Stored items
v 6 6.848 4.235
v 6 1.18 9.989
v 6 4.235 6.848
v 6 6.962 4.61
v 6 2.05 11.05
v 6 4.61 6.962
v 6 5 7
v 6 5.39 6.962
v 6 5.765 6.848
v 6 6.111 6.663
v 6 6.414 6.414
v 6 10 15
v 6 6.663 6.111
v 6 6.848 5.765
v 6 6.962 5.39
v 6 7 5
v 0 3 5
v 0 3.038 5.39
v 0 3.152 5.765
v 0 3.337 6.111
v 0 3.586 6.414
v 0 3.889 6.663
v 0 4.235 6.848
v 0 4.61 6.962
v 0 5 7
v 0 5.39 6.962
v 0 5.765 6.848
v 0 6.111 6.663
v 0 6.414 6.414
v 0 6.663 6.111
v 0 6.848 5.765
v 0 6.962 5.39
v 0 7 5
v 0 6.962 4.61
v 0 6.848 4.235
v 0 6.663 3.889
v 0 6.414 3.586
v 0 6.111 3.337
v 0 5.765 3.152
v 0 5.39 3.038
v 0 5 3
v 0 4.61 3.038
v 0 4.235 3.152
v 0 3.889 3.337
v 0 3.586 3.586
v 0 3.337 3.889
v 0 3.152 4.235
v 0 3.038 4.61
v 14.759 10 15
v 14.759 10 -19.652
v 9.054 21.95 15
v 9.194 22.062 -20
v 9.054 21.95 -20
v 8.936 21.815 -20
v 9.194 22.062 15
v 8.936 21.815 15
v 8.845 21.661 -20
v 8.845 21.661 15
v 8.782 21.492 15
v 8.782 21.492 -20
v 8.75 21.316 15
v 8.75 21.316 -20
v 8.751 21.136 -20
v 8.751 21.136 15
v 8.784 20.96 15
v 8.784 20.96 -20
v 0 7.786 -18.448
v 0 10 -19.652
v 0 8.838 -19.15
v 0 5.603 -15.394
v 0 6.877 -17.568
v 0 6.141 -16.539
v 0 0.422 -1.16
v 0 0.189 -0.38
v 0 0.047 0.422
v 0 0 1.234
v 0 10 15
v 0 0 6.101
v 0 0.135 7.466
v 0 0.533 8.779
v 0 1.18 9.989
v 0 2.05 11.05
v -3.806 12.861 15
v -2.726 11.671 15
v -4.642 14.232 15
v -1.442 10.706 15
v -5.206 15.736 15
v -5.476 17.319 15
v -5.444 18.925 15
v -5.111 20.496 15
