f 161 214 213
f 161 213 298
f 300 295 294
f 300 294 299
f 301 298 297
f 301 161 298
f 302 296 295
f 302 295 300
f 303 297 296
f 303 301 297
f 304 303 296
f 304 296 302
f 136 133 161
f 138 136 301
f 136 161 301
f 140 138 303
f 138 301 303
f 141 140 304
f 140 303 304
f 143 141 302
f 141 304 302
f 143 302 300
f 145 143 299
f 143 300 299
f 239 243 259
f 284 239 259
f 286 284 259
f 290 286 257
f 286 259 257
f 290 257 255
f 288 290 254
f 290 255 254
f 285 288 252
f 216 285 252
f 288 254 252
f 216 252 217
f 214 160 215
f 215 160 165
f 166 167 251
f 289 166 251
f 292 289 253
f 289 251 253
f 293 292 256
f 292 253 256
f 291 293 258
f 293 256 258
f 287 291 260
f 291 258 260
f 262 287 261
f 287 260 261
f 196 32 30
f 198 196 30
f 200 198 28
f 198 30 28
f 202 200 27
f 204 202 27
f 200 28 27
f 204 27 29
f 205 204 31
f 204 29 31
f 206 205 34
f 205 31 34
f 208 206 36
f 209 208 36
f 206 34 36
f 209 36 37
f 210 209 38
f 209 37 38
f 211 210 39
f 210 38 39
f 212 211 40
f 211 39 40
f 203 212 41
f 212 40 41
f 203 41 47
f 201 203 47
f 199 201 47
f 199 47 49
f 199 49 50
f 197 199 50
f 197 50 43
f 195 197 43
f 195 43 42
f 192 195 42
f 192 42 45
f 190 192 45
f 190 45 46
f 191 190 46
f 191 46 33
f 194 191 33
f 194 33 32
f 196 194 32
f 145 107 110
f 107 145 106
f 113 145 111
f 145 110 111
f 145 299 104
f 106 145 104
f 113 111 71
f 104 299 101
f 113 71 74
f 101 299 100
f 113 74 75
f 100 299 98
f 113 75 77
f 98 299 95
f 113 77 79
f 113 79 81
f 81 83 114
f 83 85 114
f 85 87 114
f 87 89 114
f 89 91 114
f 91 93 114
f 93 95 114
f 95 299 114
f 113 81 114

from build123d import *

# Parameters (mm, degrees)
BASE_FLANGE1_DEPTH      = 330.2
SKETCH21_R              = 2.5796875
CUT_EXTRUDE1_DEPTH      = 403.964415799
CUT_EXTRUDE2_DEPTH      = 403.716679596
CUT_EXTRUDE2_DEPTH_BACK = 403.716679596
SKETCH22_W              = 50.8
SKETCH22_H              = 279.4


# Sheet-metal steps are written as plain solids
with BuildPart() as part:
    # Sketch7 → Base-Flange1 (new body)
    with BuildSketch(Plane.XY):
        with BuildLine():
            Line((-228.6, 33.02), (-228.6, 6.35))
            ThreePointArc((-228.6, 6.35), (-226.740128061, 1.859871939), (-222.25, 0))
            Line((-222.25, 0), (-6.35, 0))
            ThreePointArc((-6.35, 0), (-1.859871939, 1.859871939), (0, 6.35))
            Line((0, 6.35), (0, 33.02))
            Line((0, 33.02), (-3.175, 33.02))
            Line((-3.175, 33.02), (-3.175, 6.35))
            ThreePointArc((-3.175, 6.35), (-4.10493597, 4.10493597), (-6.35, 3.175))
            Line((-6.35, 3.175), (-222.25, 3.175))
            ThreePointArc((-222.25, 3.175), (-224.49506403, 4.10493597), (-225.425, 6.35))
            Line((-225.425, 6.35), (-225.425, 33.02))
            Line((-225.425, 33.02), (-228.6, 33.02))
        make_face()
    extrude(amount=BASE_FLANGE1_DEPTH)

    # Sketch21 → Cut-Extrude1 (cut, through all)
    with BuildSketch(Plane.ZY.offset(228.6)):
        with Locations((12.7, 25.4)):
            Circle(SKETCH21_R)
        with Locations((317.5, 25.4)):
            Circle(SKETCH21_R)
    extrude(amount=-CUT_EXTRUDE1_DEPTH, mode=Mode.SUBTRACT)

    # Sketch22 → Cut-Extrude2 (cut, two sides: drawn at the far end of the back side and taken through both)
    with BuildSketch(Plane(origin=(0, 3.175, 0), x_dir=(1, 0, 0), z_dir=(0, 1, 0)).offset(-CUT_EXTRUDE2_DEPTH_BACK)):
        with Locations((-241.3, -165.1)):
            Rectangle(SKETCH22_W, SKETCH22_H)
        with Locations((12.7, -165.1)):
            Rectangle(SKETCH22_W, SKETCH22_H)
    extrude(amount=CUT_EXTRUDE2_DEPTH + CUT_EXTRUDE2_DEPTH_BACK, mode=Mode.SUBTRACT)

> Instructions for the task: Write each entry out again. Do not change a word.

> Result:
v 6 6.848 4.235
v 6 1.18 9.989
v 6 4.235 6.848
v 6 6.962 4.61
v 6 2.05 11.05
v 6 4.61 6.962
v 6 5 7
v 6 5.39 6.962
v 6 5.765 6.848
v 6 6.111 6.663
v 6 6.414 6.414
v 6 10 15
v 6 6.663 6.111
v 6 6.848 5.765
v 6 6.962 5.39
v 6 7 5
v 0 3 5
v 0 3.038 5.39
v 0 3.152 5.765
v 0 3.337 6.111
v 0 3.586 6.414
v 0 3.889 6.663
v 0 4.235 6.848
v 0 4.61 6.962
v 0 5 7
v 0 5.39 6.962
v 0 5.765 6.848
v 0 6.111 6.663
v 0 6.414 6.414
v 0 6.663 6.111
v 0 6.848 5.765
v 0 6.962 5.39
v 0 7 5
v 0 6.962 4.61
v 0 6.848 4.235
v 0 6.663 3.889
v 0 6.414 3.586
v 0 6.111 3.337
v 0 5.765 3.152
v 0 5.39 3.038
v 0 5 3
v 0 4.61 3.038
v 0 4.235 3.152
v 0 3.889 3.337
v 0 3.586 3.586
v 0 3.337 3.889
v 0 3.152 4.235
v 0 3.038 4.61
v 14.759 10 15
v 14.759 10 -19.652
v 9.054 21.95 15
v 9.194 22.062 -20
v 9.054 21.95 -20
v 8.936 21.815 -20
v 9.194 22.062 15
v 8.936 21.815 15
v 8.845 21.661 -20
v 8.845 21.661 15
v 8.782 21.492 15
v 8.782 21.492 -20
v 8.75 21.316 15
v 8.75 21.316 -20
v 8.751 21.136 -20
v 8.751 21.136 15
v 8.784 20.96 15
v 8.784 20.96 -20
v 0 7.786 -18.448
v 0 10 -19.652
v 0 8.838 -19.15
v 0 5.603 -15.394
v 0 6.877 -17.568
v 0 6.141 -16.539
v 0 0.422 -1.16
v 0 0.189 -0.38
v 0 0.047 0.422
v 0 0 1.234
v 0 10 15
v 0 0 6.101
v 0 0.135 7.466
v 0 0.533 8.779
v 0 1.18 9.989
v 0 2.05 11.05
v -3.806 12.861 15
v -2.726 11.671 15
v -4.642 14.232 15
v -1.442 10.706 15
v -5.206 15.736 15
v -5.476 17.319 15
v -5.444 18.925 15
v -5.111 20.496 15
f 161 214 213
f 161 213 298
f 300 295 294
f 300 294 299
f 301 298 297
f 301 161 298
f 302 296 295
f 302 295 300
f 303 297 296
f 303 301 297
f 304 303 296
f 304 296 302
f 136 133 161
f 138 136 301
f 136 161 301
f 140 138 303
f 138 301 303
f 141 140 304
f 140 303 304
f 143 141 302
f 141 304 302
f 143 302 300
f 145 143 299
f 143 300 299
f 239 243 259
f 284 239 259
f 286 284 259
f 290 286 257
f 286 259 257
f 290 257 255
f 288 290 254
f 290 255 254
f 285 288 252
f 216 285 252
f 288 254 252
f 216 252 217
f 214 160 215
f 215 160 165
f 166 167 251
f 289 166 251
f 292 289 253
f 289 251 253
f 293 292 256
f 292 253 256
f 291 293 258
f 293 256 258
f 287 291 260
f 291 258 260
f 262 287 261
f 287 260 261
f 196 32 30
f 198 196 30
f 200 198 28
f 198 30 28
f 202 200 27
f 204 202 27
f 200 28 27
f 204 27 29
f 205 204 31
f 204 29 31
f 206 205 34
f 205 31 34
f 208 206 36
f 209 208 36
f 206 34 36
f 209 36 37
f 210 209 38
f 209 37 38
f 211 210 39
f 210 38 39
f 212 211 40
f 211 39 40
f 203 212 41
f 212 40 41
f 203 41 47
f 201 203 47
f 199 201 47
f 199 47 49
f 199 49 50
f 197 199 50
f 197 50 43
f 195 197 43
f 195 43 42
f 192 195 42
f 192 42 45
f 190 192 45
f 190 45 46
f 191 190 46
f 191 46 33
f 194 191 33
f 194 33 32
f 196 194 32
f 145 107 110
f 107 145 106
f 113 145 111
f 145 110 111
f 145 299 104
f 106 145 104
f 113 111 71
f 104 299 101
f 113 71 74
f 101 299 100
f 113 74 75
f 100 299 98
f 113 75 77
f 98 299 95
f 113 77 79
f 113 79 81
f 81 83 114
f 83 85 114
f 85 87 114
f 87 89 114
f 89 91 114
f 91 93 114
f 93 95 114
f 95 299 114
f 113 81 114

from build123d import *

# Parameters (mm, degrees)
BASE_FLANGE1_DEPTH      = 330.2
SKETCH21_R              = 2.5796875
CUT_EXTRUDE1_DEPTH      = 403.964415799
CUT_EXTRUDE2_DEPTH      = 403.716679596
CUT_EXTRUDE2_DEPTH_BACK = 403.716679596
SKETCH22_W              = 50.8
SKETCH22_H              = 279.4


# Sheet-metal steps are written as plain solids
with BuildPart() as part:
    # Sketch7 → Base-Flange1 (new body)
    with BuildSketch(Plane.XY):
        with BuildLine():
            Line((-228.6, 33.02), (-228.6, 6.35))
            ThreePointArc((-228.6, 6.35), (-226.740128061, 1.859871939), (-222.25, 0))
            Line((-222.25, 0), (-6.35, 0))
            ThreePointArc((-6.35, 0), (-1.859871939, 1.859871939), (0, 6.35))
            Line((0, 6.35), (0, 33.02))
            Line((0, 33.02), (-3.175, 33.02))
            Line((-3.175, 33.02), (-3.175, 6.35))
            ThreePointArc((-3.175, 6.35), (-4.10493597, 4.10493597), (-6.35, 3.175))
            Line((-6.35, 3.175), (-222.25, 3.175))
            ThreePointArc((-222.25, 3.175), (-224.49506403, 4.10493597), (-225.425, 6.35))
            Line((-225.425, 6.35), (-225.425, 33.02))
            Line((-225.425, 33.02), (-228.6, 33.02))
        make_face()
    extrude(amount=BASE_FLANGE1_DEPTH)

    # Sketch21 → Cut-Extrude1 (cut, through all)
    with BuildSketch(Plane.ZY.offset(228.6)):
        with Locations((12.7, 25.4)):
            Circle(SKETCH21_R)
        with Locations((317.5, 25.4)):
            Circle(SKETCH21_R)
    extrude(amount=-CUT_EXTRUDE1_DEPTH, mode=Mode.SUBTRACT)

    # Sketch22 → Cut-Extrude2 (cut, two sides: drawn at the far end of the back side and taken through both)
    with BuildSketch(Plane(origin=(0, 3.175, 0), x_dir=(1, 0, 0), z_dir=(0, 1, 0)).offset(-CUT_EXTRUDE2_DEPTH_BACK)):
        with Locations((-241.3, -165.1)):
            Rectangle(SKETCH22_W, SKETCH22_H)
        with Locations((12.7, -165.1)):
            Rectangle(SKETCH22_W, SKETCH22_H)
    extrude(amount=CUT_EXTRUDE2_DEPTH + CUT_EXTRUDE2_DEPTH_BACK, mode=Mode.SUBTRACT)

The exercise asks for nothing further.